Still have the same User POJO

class User {
    private Integer id;
    private String name;

    public User() {}

    public Integer getId() { return id; }
    public String getName() { return name; }

    public void setName(String name) { this.name = name; }
}


@RequestMapping("/create/userCreate.do")
    public String createUser(Model model) {
        User user = new User();
        model.addAttribute(user);

        return "userCreate";
    }

Here I don't send the Id or any parameter, just pass the User form model attribute

@RequestMapping(value="/edit/userEdit.do", method=RequestMethod.POST)
public String editFromForm(@ModelAttribute("user") @Valid User user, BindingResult bindingResult, Model model) {
    // If we have errors, don't save
    if(bindingResult.hasErrors()) {
        // Put what they did in the model and send it back
        model.addAttribute(user);

        return "users/edit";
    } else {
        userDAO.saveOrUpdate(user);
    }

    // Show them the updated page on success
    return "redirect:/users/" + user.getId() + "/" + user.getName();
}

Here, the User object is bind user name and id. If there is no Id then the object will be saved and if the user object already is having Id then it will be updated. You don't have to pass id or parameter and make it visible on the address bar. Sometimes I don't like the idea of showing parameters to the users. I hope that helps

<%@taglib uri="http://www.springframework.org/tags" prefix="spring"%>
<%@taglib uri="http://www.springframework.org/tags/form" prefix="form"%>
<%@taglib uri="http://java.sun.com/jsp/jstl/core" prefix="c"%>

<head>
<title> User Edit
</title>
</head>
<body>
    <form:form method="post" action="userEdit.do" commandName="user">
        <form:hidden path="id" />
                    <form:label path="username">User name:</form:label>

                <form:input path="username" type="text" maxlength="20" />
                <form:errors path="username" />
    </form:form>
</body>
</html>


回答3:

Im a bit late, but maybe it will be useful to someone. Today I solved the same problem. I think your problem was there:

} else {
    userDAO.save(user);
}

If it was hibernate session save, then new id was generated each time it was called. I used

session.saveOrUpdate(user) 

instead of

session.save(user)


回答4:

I agree 100% on what @matt b says. I have worked with similar products where at the end of the day you don't have any way of knowing if the user is editing the right object. Your only option is to make sure the user is permitted to do so. If you have a user who is editing their profile then obviously they shouldn't be editting any other person.

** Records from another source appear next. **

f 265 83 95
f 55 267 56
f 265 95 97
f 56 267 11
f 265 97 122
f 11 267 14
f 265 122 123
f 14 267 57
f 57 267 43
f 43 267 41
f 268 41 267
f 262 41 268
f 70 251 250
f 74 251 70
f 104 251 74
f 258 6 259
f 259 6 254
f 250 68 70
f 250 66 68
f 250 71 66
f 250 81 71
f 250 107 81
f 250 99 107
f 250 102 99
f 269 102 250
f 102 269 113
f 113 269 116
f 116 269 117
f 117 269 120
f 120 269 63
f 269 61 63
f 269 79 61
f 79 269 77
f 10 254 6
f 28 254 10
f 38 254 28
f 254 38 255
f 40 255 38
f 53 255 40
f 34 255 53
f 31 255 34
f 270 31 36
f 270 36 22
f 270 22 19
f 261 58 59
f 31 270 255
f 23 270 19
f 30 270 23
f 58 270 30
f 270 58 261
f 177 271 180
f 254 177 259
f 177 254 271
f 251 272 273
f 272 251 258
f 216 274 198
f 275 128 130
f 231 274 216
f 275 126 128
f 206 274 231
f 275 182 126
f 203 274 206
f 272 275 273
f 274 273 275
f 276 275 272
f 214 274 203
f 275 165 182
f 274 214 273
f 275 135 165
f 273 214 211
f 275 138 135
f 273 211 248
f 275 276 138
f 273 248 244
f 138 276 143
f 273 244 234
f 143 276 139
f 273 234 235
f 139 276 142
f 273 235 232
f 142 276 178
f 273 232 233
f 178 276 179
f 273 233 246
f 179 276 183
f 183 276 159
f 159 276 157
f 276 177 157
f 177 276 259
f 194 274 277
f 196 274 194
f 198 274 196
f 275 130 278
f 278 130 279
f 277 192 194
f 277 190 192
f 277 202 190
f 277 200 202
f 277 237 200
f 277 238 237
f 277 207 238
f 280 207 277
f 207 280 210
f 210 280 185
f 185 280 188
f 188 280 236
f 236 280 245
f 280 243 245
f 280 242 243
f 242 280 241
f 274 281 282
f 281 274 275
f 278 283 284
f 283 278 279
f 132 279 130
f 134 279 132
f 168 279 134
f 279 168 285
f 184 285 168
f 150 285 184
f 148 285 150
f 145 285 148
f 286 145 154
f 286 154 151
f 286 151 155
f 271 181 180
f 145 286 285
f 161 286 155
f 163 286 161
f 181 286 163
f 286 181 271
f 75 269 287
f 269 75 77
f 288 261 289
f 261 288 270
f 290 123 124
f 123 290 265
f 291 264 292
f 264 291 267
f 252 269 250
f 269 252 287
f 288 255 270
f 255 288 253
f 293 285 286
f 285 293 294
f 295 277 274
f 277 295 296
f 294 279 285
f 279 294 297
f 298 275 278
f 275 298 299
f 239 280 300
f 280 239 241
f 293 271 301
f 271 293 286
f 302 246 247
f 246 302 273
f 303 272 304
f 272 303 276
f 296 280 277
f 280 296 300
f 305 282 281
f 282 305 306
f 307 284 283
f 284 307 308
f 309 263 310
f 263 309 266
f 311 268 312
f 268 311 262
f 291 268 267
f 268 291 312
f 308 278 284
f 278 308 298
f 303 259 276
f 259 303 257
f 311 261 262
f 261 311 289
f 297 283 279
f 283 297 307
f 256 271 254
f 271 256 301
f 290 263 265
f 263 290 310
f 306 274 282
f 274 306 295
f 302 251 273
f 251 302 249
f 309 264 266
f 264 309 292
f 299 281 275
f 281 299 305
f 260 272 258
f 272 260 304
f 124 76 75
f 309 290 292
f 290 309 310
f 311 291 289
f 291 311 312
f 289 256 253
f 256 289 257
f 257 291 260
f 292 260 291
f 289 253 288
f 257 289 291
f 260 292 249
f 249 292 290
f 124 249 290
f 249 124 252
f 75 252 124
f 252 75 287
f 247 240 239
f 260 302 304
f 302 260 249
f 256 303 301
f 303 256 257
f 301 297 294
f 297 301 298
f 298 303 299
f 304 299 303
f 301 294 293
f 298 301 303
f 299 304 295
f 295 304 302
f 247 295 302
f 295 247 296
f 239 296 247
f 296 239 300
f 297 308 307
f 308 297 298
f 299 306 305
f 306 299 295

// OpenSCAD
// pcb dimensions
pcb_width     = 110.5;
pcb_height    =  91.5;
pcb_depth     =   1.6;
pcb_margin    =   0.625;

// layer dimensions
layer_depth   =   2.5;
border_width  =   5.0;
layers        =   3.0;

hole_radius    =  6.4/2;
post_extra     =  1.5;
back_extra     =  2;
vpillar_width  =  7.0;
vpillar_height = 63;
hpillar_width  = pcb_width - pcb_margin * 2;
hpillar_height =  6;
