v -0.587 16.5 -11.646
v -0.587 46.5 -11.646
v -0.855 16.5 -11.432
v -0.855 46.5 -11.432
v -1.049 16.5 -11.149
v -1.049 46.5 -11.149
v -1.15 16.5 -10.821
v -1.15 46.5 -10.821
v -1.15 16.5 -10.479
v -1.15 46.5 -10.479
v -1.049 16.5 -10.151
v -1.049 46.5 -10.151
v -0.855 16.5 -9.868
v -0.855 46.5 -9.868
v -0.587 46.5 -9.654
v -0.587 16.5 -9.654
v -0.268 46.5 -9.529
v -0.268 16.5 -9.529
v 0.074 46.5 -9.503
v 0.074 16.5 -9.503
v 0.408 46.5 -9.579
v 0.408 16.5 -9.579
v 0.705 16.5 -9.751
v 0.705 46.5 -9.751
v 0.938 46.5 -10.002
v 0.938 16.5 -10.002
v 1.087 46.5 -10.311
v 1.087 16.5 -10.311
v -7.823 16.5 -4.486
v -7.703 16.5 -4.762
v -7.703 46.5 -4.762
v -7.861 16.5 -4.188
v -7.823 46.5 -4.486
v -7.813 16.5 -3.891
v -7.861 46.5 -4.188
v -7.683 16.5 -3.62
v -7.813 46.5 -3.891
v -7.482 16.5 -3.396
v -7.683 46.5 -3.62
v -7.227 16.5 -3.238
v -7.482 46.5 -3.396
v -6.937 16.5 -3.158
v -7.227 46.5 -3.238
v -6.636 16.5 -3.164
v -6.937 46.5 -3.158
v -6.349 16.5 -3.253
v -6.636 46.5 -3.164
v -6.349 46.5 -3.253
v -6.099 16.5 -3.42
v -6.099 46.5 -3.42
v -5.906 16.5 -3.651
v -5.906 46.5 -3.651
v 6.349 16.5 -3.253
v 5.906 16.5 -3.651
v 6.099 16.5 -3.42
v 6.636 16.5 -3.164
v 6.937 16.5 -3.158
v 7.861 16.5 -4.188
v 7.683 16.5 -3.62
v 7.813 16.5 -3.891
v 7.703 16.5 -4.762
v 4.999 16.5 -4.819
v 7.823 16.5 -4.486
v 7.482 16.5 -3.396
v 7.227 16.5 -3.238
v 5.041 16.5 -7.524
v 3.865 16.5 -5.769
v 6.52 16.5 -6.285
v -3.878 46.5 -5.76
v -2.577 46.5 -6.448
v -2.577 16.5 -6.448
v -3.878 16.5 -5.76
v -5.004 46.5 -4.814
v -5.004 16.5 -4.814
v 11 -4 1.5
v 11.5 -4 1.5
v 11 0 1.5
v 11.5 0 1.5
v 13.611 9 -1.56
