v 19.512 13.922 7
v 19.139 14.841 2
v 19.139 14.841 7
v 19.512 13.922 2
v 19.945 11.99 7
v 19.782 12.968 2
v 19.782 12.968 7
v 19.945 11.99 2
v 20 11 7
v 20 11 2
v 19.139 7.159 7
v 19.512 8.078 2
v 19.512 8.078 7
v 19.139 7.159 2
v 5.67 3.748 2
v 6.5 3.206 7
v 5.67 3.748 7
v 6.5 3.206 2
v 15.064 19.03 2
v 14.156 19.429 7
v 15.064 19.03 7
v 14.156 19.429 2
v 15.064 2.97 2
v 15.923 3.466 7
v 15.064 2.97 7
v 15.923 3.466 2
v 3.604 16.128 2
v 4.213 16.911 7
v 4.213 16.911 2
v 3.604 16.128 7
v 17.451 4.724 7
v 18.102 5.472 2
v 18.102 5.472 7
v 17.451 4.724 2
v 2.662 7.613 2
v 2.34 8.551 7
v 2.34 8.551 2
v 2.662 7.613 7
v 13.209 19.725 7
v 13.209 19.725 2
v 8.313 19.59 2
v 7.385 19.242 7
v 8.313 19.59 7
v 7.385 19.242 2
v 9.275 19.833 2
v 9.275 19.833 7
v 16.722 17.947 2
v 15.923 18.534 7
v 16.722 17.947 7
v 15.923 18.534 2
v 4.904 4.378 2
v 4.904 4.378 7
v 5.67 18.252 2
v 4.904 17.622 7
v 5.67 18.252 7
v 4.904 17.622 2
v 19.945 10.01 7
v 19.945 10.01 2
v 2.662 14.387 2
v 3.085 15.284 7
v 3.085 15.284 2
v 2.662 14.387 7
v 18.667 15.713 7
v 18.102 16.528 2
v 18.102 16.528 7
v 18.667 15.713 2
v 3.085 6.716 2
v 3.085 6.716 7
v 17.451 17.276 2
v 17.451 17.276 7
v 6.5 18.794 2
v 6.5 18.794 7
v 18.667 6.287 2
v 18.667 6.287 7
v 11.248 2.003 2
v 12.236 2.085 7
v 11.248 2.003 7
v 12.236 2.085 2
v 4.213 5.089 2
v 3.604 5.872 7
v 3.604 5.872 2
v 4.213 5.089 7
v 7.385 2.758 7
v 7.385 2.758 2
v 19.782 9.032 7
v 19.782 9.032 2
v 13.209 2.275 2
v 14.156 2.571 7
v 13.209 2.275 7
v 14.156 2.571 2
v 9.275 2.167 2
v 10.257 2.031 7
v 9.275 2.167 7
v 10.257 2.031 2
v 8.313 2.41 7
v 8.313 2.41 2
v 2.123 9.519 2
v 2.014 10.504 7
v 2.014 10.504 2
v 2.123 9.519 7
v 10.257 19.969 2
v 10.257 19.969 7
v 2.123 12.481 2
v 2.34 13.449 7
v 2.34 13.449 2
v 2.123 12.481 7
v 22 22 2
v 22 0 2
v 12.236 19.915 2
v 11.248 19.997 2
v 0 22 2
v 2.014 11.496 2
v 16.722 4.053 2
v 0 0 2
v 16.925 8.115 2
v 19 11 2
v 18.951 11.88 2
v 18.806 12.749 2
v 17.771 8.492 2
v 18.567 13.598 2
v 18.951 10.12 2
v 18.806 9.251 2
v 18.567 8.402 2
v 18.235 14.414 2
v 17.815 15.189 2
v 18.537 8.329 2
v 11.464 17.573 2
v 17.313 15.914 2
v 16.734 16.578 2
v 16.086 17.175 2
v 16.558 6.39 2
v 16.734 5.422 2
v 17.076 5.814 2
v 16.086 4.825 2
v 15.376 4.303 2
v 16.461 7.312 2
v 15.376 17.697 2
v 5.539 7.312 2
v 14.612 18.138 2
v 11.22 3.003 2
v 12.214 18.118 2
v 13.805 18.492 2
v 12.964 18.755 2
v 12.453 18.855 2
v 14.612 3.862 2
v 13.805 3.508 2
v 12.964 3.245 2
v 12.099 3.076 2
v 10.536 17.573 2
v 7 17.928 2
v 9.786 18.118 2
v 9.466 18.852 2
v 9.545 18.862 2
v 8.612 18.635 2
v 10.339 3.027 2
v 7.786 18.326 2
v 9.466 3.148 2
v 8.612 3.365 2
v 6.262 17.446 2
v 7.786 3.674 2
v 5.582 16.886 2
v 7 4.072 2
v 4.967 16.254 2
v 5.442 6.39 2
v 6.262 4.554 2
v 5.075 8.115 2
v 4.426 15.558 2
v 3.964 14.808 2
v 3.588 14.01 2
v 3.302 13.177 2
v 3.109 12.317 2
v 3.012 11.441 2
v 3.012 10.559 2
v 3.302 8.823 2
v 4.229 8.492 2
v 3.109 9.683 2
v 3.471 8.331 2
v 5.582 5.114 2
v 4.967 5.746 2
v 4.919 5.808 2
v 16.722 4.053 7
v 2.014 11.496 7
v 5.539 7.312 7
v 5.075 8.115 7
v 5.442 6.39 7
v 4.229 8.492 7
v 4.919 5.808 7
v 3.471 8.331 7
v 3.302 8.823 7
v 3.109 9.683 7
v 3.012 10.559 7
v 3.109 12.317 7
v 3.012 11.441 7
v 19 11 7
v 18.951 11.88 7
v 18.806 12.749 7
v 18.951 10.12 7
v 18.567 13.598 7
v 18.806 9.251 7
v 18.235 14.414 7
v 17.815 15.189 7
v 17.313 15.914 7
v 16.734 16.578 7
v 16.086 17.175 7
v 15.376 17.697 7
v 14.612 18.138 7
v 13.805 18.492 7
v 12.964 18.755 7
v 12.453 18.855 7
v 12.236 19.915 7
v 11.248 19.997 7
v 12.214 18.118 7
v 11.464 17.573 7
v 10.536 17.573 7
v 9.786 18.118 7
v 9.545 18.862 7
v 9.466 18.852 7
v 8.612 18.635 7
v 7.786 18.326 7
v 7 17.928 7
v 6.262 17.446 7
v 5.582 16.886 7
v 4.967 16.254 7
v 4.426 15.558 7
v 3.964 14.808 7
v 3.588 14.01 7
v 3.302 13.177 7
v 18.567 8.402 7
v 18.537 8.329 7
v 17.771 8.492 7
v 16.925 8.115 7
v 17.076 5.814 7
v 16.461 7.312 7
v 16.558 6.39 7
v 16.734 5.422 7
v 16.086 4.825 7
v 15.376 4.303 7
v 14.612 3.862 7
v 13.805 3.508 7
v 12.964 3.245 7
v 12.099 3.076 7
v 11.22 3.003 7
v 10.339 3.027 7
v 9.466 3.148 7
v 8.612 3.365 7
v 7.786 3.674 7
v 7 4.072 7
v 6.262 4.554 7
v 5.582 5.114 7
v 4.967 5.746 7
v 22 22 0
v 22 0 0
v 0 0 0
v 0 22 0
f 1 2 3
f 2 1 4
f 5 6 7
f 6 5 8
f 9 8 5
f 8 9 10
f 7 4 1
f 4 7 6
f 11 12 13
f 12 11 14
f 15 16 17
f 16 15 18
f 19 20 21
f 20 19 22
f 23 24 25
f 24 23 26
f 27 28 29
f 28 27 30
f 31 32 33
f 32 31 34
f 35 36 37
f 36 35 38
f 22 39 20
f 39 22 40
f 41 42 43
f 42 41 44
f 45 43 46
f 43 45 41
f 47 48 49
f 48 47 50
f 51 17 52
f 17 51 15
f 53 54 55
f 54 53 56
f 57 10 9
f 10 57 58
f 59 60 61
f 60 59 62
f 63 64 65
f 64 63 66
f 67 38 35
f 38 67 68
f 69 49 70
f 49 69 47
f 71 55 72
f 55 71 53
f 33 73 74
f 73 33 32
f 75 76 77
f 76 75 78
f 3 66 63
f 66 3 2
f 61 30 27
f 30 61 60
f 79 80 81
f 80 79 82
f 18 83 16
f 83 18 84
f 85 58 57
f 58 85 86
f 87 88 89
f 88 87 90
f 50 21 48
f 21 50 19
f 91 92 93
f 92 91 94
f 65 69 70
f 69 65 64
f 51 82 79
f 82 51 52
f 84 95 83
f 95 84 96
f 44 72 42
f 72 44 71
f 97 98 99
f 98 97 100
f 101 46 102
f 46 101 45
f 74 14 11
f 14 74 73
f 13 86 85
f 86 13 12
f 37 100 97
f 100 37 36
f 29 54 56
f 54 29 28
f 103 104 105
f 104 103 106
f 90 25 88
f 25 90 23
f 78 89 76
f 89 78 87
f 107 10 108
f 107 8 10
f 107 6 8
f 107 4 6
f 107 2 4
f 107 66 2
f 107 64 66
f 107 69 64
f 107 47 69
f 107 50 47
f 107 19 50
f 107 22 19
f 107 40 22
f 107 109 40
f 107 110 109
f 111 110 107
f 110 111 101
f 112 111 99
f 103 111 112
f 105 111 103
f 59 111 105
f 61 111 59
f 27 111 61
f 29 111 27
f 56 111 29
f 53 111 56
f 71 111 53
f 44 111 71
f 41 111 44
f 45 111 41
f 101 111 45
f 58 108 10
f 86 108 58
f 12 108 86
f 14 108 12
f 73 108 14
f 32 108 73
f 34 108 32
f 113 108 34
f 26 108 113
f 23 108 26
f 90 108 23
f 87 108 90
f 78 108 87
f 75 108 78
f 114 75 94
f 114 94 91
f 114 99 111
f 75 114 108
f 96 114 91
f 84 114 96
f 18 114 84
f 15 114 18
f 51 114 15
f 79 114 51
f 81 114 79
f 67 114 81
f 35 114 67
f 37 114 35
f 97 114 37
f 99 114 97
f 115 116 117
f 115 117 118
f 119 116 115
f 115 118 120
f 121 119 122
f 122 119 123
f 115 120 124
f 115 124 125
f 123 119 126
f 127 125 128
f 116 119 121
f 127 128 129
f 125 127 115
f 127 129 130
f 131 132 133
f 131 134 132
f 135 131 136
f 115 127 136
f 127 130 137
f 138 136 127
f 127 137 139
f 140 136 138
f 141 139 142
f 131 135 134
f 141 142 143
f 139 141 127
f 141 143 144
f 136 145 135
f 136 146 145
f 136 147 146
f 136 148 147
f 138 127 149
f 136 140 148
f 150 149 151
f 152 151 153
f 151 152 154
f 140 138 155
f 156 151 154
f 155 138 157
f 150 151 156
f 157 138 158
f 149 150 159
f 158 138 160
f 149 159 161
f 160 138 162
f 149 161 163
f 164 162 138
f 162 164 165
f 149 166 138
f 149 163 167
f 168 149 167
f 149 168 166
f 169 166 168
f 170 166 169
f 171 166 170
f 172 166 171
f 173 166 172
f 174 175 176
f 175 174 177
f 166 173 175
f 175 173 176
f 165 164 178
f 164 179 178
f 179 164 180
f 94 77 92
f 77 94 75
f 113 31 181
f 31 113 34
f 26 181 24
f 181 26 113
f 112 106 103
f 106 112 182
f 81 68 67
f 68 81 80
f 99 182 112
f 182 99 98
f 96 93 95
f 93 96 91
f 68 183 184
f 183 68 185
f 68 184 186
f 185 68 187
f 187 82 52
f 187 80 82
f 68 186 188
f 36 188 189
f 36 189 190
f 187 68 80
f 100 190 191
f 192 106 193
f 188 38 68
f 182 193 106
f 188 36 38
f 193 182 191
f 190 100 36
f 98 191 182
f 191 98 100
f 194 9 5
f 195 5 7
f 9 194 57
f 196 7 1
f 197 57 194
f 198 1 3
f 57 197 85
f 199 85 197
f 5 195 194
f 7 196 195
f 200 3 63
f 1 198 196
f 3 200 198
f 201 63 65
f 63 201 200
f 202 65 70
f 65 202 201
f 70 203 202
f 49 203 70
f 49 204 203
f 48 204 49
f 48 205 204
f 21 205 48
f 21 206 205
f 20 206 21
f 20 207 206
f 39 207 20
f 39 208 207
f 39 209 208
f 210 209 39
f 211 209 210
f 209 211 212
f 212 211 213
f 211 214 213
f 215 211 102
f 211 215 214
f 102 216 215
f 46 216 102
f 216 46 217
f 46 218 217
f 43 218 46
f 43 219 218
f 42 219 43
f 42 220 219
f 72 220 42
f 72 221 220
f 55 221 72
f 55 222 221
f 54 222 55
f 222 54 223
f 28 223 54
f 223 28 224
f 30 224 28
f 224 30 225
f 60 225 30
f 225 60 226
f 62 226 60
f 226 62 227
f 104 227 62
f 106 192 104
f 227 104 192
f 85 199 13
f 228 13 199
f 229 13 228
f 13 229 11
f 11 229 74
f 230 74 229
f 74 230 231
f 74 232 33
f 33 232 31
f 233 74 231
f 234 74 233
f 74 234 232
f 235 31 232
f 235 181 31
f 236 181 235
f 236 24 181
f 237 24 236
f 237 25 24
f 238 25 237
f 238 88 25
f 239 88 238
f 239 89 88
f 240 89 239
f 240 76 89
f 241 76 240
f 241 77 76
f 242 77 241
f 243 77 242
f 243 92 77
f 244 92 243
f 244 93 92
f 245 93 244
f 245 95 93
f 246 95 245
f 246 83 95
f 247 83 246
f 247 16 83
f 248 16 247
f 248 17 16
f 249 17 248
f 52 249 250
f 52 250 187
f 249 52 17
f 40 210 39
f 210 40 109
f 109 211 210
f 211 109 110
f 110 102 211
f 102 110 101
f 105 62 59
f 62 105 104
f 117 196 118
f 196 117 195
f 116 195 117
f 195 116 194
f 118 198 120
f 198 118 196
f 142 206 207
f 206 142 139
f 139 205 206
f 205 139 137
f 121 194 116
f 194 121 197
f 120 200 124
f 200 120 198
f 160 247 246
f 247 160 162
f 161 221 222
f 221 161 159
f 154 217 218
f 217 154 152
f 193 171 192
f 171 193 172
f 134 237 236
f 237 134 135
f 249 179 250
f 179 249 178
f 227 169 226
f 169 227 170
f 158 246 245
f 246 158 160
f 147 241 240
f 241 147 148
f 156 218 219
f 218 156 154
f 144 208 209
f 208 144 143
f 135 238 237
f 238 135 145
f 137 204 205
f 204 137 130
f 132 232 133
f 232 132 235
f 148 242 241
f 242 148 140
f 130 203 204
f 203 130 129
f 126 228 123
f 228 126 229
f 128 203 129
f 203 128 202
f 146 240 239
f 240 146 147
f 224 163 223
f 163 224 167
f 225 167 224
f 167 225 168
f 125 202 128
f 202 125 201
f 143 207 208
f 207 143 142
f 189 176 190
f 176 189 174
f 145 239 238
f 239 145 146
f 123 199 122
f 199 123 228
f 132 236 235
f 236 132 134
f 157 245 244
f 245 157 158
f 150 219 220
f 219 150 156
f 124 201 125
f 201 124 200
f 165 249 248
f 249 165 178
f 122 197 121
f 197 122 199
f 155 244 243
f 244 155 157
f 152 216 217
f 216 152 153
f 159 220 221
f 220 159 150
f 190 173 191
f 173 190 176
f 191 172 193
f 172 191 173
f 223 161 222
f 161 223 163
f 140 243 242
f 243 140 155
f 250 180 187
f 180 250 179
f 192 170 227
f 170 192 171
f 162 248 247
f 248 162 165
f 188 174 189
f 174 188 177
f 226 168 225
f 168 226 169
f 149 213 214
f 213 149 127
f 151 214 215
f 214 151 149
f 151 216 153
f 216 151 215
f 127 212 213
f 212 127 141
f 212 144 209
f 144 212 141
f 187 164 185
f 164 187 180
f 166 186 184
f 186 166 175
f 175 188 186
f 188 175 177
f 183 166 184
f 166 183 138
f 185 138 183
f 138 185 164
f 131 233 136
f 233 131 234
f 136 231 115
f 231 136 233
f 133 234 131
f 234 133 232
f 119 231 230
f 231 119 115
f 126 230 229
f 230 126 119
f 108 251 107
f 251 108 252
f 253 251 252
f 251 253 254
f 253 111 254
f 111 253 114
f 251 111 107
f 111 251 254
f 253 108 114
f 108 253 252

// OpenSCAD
// file: constants.scad
connectors_notched_circle_thickness = 2;
connectors_notched_circle_notch_diameter = 3;
connectors_notched_circle_loose_length = 1;
connectors_notched_circle_loose_to_tight_length = 1;
// file: ../../utilities/cylinders.scad
// Calculates the $fn which should be used for a cylinder of a specific size.
function cylinder_sides(
  // The diameter of the cylinder.
  diameter
) = ceil(
  max(
    min(
      360 / $fa,
      diameter * PI / $fs
    ),
    8
  )
);

// Generates a grid of square perforations through a cylinder of a specific
// size.
module cylinder_perforations(
  // The diameter of the cylinder.
  diameter,
  // The height of the cylinder.
  length,
  // The size (width/height) of each perforation.
  perforation_size,
  // The target spacing between perforations.  This will be adjusted to fit
  // evenly on the cylinder.
  perforation_spacing
) {
  half_perimeter = diameter * PI / 2;
  angularPerforations = round(half_perimeter / perforation_spacing);
  zPerforations = round(half_perimeter / perforation_spacing);
  for (angle = [0:180 / angularPerforations:180]) {
    rotate([0, 0, angle]) {
      for (z = [perforation_spacing:perforation_spacing:length - perforation_spacing]) {
        translate([0, 0, z]) {
          cube([diameter, perforation_size, perforation_size], center = true);
        };
      }
    };
  };
};

// Generates a "pipe" which lofts a sequence of circles together.
module cylinder_sequence(
  // The diameter of the first circle.
  initial_diameter,
  // An array of arrays, where each child array is two numbers:
  // - The length of the segment along Z.
  // - The diameter of the end of the segment.
  length_diameter_pairs,
  // The number of sides of all circles drawn.
  sides,
  // Used for recursion; leave as default.
  i = 0
) {
  if (i < len(length_diameter_pairs)) {
    cylinder(
      d1 = initial_diameter,
      d2 = length_diameter_pairs[i][1],
      h = length_diameter_pairs[i][0],
      $fn = sides
    );
    translate([
      0,
      0,
      length_diameter_pairs[i][0]
    ]) {
      cylinder_sequence(
        length_diameter_pairs[i][1],
        length_diameter_pairs,
        sides,
        i + 1
      );
    };
  };
};
// file: male.scad
include <../../settings.scad>;
use <../../utilities/cylinders.scad>;
include <constants.scad>;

Now the easiest way to do what you are trying to do is actually niether. YOu don't want to use the url or hidden attributes. YOu should be able to use @ModelAttribute to do this. Here is an example

  @RequestMapping(method = RequestMethod.GET)
    public ModelAndView setupForm(@RequestParam("petId") int petId) {
        User user = ...
        model.addAttribute("user", user);
        return model;
    }

Then you should be able to do

  @RequestMapping(method = RequestMethod.POST)
    public ModelAndView submit(@ModelAttribute("user") User user) {
       ...
    }

There is no setters or hidden fields. All the loading and binding is handled via Spring. More documentation here.